**Exercise:** Copy each line of the material beneath that holds the word "amount".

**Entries supplied:**
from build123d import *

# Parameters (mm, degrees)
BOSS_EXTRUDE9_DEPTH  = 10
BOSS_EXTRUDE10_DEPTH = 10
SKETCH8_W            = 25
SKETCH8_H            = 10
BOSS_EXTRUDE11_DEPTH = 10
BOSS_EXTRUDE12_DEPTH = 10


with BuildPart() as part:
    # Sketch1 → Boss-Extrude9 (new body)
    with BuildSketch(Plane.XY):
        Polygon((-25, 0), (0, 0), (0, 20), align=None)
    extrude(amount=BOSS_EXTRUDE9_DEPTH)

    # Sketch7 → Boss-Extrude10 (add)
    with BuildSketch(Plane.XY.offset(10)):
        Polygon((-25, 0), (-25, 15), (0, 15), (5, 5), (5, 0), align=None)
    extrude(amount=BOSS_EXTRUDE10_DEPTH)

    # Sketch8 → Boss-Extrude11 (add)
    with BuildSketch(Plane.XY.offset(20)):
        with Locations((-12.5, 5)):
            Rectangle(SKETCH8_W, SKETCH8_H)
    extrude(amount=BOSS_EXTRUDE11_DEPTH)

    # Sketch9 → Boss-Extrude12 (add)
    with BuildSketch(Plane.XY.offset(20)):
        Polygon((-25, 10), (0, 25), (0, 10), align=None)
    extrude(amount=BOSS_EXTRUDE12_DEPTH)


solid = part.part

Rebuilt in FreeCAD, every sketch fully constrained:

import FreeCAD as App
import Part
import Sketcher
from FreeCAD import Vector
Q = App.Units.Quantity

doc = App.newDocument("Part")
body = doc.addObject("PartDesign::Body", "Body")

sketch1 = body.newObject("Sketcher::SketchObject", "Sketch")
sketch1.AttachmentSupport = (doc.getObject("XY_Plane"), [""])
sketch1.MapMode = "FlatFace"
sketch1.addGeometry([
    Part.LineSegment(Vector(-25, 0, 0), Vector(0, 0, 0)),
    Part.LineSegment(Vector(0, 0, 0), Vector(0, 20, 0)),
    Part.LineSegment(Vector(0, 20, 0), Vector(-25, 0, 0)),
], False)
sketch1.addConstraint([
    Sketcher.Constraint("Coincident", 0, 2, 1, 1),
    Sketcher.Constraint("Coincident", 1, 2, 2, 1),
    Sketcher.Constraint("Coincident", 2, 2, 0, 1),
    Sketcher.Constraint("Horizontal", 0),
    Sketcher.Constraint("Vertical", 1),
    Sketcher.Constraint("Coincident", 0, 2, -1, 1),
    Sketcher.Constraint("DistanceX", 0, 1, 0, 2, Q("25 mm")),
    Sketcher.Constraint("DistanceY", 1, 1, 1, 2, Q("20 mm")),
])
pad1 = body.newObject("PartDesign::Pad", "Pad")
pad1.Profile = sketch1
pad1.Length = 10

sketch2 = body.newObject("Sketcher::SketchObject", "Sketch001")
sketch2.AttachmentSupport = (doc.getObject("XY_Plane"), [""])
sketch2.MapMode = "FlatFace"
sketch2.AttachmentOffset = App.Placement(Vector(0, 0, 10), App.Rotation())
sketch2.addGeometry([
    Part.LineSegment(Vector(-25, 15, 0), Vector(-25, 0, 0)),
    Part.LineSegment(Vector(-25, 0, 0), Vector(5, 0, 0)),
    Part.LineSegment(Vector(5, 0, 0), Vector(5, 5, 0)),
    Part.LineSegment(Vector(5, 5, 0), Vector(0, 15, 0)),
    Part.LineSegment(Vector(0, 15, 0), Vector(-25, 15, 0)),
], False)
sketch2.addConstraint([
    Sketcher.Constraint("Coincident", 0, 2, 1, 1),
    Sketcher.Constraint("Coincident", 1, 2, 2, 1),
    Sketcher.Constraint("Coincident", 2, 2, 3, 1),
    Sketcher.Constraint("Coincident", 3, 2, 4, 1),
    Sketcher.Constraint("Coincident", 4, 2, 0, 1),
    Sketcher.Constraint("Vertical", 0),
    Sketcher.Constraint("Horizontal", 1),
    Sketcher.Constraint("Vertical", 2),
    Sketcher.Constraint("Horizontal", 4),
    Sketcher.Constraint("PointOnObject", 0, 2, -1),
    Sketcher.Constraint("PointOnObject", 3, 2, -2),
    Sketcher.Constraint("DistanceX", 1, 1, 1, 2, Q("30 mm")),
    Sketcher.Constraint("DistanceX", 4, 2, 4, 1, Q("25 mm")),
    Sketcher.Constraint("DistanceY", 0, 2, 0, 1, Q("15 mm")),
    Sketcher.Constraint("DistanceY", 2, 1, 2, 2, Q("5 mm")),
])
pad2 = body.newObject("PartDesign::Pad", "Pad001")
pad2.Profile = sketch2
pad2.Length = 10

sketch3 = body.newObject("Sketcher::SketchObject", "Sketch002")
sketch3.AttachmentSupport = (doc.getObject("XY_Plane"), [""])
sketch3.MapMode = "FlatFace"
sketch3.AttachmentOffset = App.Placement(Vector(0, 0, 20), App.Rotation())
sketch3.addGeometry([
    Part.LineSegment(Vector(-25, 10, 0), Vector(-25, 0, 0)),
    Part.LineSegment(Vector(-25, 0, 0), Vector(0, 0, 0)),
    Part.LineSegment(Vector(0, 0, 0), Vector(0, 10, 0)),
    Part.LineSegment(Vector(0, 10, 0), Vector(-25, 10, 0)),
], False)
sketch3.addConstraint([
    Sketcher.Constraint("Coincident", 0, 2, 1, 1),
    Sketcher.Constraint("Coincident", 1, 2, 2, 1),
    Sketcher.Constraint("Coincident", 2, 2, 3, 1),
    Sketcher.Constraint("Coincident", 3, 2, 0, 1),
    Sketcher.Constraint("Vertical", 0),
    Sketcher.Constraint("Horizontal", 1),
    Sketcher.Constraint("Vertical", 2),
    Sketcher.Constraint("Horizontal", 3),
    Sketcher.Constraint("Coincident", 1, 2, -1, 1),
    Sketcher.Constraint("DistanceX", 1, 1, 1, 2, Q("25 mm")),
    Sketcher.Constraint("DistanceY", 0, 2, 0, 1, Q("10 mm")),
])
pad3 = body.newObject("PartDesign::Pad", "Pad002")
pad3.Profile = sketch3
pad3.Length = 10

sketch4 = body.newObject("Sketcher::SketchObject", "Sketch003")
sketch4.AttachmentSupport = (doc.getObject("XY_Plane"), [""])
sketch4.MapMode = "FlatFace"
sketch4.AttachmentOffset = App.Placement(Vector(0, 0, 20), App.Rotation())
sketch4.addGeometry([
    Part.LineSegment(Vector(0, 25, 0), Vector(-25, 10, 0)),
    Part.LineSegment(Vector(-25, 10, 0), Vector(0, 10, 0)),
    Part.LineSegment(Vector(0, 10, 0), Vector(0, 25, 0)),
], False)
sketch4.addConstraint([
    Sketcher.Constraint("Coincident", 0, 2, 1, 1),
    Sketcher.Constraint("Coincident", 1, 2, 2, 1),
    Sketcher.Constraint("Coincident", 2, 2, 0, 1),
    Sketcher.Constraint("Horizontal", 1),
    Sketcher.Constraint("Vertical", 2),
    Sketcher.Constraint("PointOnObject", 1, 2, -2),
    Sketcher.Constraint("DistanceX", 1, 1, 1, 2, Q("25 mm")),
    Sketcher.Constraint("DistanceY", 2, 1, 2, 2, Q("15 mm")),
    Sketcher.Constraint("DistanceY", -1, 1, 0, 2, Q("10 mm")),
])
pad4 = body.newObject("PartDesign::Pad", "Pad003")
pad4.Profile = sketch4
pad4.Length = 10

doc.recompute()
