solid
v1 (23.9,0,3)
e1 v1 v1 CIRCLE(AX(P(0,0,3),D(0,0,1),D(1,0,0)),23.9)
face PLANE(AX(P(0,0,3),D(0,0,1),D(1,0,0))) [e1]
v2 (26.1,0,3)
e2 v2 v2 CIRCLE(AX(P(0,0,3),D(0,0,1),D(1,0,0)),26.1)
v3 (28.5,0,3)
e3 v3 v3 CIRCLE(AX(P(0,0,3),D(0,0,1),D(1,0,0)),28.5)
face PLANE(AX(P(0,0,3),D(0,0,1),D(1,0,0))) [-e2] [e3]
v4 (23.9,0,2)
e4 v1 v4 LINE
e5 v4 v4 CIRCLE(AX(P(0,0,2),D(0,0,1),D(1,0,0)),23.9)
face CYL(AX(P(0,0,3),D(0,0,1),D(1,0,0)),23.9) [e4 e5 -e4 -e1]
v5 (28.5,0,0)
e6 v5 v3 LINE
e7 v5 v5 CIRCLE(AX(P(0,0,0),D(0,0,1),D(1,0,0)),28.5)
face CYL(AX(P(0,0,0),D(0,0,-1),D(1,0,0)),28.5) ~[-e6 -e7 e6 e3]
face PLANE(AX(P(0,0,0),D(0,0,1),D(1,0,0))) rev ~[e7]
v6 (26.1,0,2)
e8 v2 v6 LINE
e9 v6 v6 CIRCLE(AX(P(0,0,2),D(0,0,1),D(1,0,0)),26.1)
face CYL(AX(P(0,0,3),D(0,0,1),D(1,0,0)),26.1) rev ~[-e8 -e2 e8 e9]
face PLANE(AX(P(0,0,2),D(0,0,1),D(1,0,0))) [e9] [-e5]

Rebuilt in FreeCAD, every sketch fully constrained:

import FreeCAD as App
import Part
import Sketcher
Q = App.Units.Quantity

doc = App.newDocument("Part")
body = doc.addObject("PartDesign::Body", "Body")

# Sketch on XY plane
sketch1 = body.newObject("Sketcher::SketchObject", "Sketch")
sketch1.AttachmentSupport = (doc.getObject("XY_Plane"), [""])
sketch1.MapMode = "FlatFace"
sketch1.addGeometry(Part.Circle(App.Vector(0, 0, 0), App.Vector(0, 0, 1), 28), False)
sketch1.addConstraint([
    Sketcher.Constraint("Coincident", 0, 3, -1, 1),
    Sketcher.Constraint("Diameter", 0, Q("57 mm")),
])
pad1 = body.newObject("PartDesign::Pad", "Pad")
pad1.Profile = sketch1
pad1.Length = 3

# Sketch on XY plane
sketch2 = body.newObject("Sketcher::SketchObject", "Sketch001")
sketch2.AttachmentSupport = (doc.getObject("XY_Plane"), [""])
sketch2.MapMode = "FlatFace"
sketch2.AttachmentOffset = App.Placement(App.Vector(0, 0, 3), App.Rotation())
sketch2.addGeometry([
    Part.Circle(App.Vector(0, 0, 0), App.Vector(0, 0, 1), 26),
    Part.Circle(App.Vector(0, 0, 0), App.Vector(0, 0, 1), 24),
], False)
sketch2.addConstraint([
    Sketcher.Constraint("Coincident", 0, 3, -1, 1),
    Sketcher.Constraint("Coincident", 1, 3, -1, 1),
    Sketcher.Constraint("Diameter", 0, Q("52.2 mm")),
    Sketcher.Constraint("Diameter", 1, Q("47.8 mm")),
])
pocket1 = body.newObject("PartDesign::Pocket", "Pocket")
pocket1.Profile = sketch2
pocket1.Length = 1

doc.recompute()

**Finished exercise:**
    extrude(amount=BOSS_EXTRUDE9_DEPTH)
    extrude(amount=BOSS_EXTRUDE10_DEPTH)
    extrude(amount=BOSS_EXTRUDE11_DEPTH)
    extrude(amount=BOSS_EXTRUDE12_DEPTH)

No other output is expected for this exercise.